Coincidence is usually a major element in Auster's work.  I only had time to read 25 pages of Oracle Night so I don't know what part coincidence will play in this book, but that didn't matter because I already had my coincidence:  an important part of the book occurs on September 18.  (Okay, September 18, 1982.)  Auster uses footnotes in this novel so that's how I know the date.  I realize that this is a relatively minor coincidence.  Its only fun because its Auster.

Later on in the day I watched the first episode of the BBC television adaptation of Tinker, Tailor, Soldier, Spy.  And to my surprise, I greatly enjoyed it.  Typically I cannot watch adaptations of books I have read but I happily made it through the first episode.  (I watched the UK version of it.  The American version was cut down to six episodes.  No way I'm going to watch a butchered version of it.)  I've read about how hard it was to follow and I know I would've been lost if I had not just read the book.  I know the movie version of the book was released this weekend but it will not open in the US until December 9.  That hardly seems fair but at least it gives me time to watch the entire tv series first.

After TTSS, I decided to watch some of a BBC documentary series called the 7 Ages of Rock.  I watched the first episode, The Birth of Rock.  It was awesome and almost entirely devoted to Jimi Hendrix.  (The version broadcast in America was, I read, substantially different because the filmmakers didn't have the American rights to much of the Hendrix music and film used in the British version and couldn't show it in the US.  What a load of crap that is.)  Hendrix's career was relatively short and he died at age 27 on September 18, 1970 - my second September 18 coincidence of the day.

I also read a volume of Osamu Tezuka's Black Jack this weekend.  And the long-awaited issue no. 12 of Optic Nerve.  The first half of Optic Nerve was so-so.  It is the story of a gardener who struggles to convince the world of the greatness of his new art form, hortisculpture.  The second story was much better - Amber Sweet is the story of a woman who is constantly mistaken for a porn star because of her likeness the pictures on the starlet's website, a terrible, Auster-like coincidence.

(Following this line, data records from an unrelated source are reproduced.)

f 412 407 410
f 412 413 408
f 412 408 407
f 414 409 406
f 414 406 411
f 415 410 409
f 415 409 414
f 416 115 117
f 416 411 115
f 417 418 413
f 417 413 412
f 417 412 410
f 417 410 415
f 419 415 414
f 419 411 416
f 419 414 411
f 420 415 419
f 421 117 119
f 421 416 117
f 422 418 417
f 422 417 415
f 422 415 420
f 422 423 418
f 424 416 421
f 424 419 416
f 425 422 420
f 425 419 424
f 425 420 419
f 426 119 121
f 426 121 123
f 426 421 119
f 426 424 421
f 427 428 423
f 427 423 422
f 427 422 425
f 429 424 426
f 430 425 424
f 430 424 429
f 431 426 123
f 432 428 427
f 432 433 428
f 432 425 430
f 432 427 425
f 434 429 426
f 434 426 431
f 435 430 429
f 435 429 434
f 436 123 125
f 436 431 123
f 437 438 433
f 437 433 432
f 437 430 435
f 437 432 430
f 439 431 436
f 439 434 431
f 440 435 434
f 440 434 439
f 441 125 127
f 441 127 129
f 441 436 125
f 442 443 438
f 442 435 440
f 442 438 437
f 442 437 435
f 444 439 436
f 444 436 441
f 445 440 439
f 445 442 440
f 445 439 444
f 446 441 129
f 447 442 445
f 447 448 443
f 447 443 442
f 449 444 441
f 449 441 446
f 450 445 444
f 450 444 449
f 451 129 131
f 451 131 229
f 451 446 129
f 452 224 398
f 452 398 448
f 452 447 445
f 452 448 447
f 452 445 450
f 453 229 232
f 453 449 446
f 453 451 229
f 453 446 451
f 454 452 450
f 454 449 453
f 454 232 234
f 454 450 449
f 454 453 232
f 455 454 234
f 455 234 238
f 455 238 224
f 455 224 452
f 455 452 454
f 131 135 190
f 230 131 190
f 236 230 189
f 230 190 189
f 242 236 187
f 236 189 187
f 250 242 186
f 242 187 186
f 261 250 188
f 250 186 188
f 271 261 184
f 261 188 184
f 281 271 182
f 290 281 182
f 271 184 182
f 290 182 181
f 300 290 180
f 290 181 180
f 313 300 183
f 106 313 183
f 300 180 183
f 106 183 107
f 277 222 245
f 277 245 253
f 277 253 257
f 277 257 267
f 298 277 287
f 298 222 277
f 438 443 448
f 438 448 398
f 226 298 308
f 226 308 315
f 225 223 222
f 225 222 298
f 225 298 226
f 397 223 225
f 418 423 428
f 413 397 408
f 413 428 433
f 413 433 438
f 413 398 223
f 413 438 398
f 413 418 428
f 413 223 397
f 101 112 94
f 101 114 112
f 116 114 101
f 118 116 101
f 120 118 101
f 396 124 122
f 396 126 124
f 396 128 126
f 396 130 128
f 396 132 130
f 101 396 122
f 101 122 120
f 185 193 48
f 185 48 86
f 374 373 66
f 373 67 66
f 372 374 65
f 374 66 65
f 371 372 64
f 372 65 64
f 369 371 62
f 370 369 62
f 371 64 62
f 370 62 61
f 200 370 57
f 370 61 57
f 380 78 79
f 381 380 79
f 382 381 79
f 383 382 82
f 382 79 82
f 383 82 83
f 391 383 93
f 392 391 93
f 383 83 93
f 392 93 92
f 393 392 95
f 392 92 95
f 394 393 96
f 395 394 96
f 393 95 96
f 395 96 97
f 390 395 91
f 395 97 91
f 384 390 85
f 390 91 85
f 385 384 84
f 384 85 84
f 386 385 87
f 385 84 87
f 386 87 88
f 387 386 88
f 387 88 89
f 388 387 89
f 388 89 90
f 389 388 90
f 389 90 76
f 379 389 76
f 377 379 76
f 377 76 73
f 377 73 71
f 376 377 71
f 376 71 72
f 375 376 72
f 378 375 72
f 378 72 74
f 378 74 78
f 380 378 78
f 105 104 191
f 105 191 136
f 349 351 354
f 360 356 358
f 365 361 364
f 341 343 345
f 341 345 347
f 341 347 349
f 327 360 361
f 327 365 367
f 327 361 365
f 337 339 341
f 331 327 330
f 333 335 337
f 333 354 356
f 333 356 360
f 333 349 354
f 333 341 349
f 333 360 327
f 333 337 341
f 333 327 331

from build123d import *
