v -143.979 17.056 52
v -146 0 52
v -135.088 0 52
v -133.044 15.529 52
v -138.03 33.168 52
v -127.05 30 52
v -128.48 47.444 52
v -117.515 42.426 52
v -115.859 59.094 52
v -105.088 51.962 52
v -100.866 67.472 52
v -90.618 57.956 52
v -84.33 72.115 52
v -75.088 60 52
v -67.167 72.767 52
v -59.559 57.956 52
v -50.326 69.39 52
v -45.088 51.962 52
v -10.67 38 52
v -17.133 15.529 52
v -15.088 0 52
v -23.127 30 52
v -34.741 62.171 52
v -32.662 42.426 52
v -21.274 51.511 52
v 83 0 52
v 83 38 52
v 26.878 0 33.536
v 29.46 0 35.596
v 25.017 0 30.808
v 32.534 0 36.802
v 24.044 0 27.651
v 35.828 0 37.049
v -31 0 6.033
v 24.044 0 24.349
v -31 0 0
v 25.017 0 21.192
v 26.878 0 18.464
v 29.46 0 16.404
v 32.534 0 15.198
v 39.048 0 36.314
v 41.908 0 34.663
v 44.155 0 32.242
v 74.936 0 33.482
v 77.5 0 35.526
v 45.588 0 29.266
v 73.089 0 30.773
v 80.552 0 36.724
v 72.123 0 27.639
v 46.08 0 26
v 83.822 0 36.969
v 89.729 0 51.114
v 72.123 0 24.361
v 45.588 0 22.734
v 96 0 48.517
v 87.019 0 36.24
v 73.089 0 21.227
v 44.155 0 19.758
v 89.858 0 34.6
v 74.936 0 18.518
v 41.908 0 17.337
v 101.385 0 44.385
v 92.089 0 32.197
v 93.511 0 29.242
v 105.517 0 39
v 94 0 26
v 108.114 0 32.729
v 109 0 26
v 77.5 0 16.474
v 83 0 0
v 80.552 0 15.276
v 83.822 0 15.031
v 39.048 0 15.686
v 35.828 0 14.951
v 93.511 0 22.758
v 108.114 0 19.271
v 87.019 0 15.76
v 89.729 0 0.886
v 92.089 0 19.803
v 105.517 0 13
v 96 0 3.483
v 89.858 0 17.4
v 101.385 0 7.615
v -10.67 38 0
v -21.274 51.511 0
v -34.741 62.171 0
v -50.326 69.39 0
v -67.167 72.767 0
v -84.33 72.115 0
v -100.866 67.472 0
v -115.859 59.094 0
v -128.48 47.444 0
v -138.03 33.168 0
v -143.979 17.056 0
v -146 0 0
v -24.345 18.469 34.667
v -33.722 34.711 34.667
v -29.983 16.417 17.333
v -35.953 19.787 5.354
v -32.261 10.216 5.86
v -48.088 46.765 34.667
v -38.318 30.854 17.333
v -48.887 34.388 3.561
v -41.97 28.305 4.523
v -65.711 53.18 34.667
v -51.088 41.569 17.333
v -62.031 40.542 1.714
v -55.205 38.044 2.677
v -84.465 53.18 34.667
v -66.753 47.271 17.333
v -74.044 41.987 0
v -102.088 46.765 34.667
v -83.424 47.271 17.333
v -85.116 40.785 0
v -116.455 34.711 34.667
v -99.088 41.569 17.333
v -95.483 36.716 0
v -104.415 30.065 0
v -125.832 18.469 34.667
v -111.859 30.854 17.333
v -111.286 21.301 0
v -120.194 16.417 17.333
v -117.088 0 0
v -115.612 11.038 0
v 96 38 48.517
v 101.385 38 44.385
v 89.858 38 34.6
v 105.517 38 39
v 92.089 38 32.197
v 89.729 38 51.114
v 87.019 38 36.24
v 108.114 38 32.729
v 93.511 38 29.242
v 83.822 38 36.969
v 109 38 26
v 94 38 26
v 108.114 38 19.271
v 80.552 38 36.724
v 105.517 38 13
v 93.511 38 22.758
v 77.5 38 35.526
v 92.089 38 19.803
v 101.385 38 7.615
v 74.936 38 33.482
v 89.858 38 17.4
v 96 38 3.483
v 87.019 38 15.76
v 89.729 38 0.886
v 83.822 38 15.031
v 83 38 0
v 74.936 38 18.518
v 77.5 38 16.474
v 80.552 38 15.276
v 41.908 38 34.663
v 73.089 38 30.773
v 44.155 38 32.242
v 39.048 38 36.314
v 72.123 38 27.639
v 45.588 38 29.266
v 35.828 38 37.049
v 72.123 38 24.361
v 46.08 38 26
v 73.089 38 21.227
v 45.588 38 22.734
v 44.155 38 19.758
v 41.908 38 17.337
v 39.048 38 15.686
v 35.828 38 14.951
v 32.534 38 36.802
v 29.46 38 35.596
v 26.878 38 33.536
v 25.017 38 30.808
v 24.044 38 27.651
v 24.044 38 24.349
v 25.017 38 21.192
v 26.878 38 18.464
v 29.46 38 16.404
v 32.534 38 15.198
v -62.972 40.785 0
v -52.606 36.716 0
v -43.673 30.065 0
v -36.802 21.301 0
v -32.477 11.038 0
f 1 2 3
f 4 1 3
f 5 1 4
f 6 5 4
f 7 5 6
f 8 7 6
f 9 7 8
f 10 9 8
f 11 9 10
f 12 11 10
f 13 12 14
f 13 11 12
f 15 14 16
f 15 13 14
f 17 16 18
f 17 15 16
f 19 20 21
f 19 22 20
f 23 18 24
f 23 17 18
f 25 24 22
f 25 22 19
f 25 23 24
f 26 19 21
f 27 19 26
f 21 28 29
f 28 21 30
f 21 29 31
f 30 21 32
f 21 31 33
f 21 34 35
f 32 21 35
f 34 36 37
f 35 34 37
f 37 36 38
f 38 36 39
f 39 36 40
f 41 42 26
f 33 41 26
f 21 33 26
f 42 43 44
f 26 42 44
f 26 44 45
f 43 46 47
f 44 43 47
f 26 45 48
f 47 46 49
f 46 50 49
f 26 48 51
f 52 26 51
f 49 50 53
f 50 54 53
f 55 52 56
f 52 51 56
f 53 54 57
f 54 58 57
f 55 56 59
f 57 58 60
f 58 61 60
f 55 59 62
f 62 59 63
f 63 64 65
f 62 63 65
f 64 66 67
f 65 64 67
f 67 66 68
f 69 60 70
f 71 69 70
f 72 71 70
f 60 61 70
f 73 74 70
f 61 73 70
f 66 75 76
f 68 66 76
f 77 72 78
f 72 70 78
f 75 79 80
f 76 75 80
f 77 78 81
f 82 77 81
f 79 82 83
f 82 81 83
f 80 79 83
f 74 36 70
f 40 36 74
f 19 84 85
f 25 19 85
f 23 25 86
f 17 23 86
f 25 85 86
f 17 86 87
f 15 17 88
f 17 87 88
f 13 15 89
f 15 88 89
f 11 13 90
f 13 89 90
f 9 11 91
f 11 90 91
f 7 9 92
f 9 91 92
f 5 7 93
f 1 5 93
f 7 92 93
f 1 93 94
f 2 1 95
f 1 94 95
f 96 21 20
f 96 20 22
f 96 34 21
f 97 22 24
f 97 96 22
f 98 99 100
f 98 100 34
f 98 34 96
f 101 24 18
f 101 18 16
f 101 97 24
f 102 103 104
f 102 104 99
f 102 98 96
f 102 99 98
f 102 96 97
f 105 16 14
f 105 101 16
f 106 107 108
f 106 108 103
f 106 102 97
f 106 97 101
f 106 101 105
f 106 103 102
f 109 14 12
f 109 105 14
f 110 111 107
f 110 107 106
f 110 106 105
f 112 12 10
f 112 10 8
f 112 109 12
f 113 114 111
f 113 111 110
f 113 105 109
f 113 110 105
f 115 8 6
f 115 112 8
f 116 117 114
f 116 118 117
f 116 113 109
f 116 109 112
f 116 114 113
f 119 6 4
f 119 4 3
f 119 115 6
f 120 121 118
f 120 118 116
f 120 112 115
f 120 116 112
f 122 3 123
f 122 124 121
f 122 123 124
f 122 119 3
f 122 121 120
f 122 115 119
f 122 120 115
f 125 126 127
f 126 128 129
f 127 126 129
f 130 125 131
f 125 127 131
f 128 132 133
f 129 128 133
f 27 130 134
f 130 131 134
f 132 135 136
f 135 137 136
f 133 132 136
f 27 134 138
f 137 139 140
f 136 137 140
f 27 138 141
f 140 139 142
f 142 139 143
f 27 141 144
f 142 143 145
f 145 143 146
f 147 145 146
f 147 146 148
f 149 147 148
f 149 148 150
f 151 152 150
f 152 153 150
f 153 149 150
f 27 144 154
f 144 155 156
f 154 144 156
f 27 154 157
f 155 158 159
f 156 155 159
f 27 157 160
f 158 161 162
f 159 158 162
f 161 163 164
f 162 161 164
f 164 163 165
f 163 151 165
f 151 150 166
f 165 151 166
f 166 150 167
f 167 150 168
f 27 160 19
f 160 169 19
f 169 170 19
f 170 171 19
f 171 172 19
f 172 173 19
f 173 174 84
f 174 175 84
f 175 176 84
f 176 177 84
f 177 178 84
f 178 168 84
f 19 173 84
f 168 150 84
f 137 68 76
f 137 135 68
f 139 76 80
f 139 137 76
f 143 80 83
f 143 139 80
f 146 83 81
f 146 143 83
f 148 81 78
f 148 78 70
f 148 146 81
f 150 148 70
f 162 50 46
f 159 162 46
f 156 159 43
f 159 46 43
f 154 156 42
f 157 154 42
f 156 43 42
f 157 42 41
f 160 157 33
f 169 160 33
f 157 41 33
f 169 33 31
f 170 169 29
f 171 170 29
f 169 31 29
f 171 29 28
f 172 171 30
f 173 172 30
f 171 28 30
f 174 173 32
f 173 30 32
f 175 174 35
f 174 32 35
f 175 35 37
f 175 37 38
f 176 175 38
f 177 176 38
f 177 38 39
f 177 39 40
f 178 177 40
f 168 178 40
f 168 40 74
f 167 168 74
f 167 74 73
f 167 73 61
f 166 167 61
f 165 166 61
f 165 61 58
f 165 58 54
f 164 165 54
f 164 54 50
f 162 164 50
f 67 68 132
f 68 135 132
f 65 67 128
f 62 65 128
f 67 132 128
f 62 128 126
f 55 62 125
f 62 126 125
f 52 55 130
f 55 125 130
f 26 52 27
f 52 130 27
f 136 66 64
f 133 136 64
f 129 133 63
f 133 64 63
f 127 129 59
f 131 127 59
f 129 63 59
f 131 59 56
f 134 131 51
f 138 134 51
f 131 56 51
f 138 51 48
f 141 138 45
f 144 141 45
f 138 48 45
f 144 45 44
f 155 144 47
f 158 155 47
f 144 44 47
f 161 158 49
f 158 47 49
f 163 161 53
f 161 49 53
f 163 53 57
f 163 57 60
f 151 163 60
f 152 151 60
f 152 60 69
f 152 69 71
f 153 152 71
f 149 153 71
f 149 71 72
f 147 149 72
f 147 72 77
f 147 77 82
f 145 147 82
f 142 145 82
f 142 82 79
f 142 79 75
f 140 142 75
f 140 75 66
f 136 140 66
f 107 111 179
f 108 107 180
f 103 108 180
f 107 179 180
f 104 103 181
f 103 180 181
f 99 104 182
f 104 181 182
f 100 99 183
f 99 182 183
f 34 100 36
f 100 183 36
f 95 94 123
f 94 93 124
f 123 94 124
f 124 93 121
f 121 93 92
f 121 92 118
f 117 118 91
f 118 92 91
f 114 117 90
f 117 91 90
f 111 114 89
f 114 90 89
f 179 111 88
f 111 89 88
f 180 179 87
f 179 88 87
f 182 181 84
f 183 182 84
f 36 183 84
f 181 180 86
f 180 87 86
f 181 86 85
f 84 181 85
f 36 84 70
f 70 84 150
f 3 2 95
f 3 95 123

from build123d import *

# Parameters (mm, degrees)
F1_DEPTH = 52
F2_R     = 11.0802059784
F2_R_2   = 11
F3_DEPTH = 51.6
F4_R     = 25.99999


# Not quite as in the source:
# - a fillet or chamfer is up to 0.001 mm smaller than in the source, because OpenCascade refuses the exact size


with BuildPart() as f1:
    # F0 (on Top) → F1 (new body)
    with BuildSketch(Plane.XY):
        with BuildLine():
            Line((109, 38), (-10.670231831, 38))
            ThreePointArc((-10.670231831, 38), (-92.7348286497, 70.2818364741), (-146, 0))
            Line((-146, 0), (-115, 0))
            ThreePointArc((-115, 0), (-73, 42), (-31, 0))
            Line((-31, 0), (109, 0))
            Line((109, 0), (109, 38))
        make_face()
    extrude(amount=F1_DEPTH)

    # F2 (on face) → F3 (cut)
    with BuildSketch(Plane.XZ):
        with Locations((35, 26)):
            Circle(F2_R)
        with Locations((83, 26)):
            Circle(F2_R_2)
    extrude(amount=-F3_DEPTH, mode=Mode.SUBTRACT)

    # F4 (radius 26 in the source; OpenCascade refuses exactly that, so slightly less here)
    f4_edges = [f1.edges().sort_by_distance(p)[0] for p in [
        (109, 19, 52),
        (109, 19, 0),
    ]]
    fillet(f4_edges, radius=F4_R)

    # F5 (on face) → F6 (revolve, cut)
    with BuildSketch(Plane.XZ):
        Polygon((-75.0884139538, 52), (-135.0884139538, 52), (-117.0884139538, 0), (-75.0884139538, 0), align=None)
    revolve(axis=Axis((-75.0884139538, 0, 26), (0, 0, 1)), mode=Mode.SUBTRACT)


solid = f1.part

Monday, September 12, 2011

20th Century Boys & More

The hurricane is long gone but I am still reading The Honourable Schoolboy.   Parts of it are great but other parts are irritating - like some of the nonsense we have to read about life in Hong Kong and in Italy. Can a thriller turn into a slow read?  This one has but on the whole I still find it greatly enjoyable.

I also started one of fall's most anticipated new releases, Tom Perrotta's The Leftovers.  I finally got around to reading 2007's The Abstinence Teacher in August (there is a monstrous backlog of stuff to read here) and enjoyed it tremendously.  Over the past few years I seem to have gone overboard reading mysteries and thrillers and it was nice to read some plain fiction.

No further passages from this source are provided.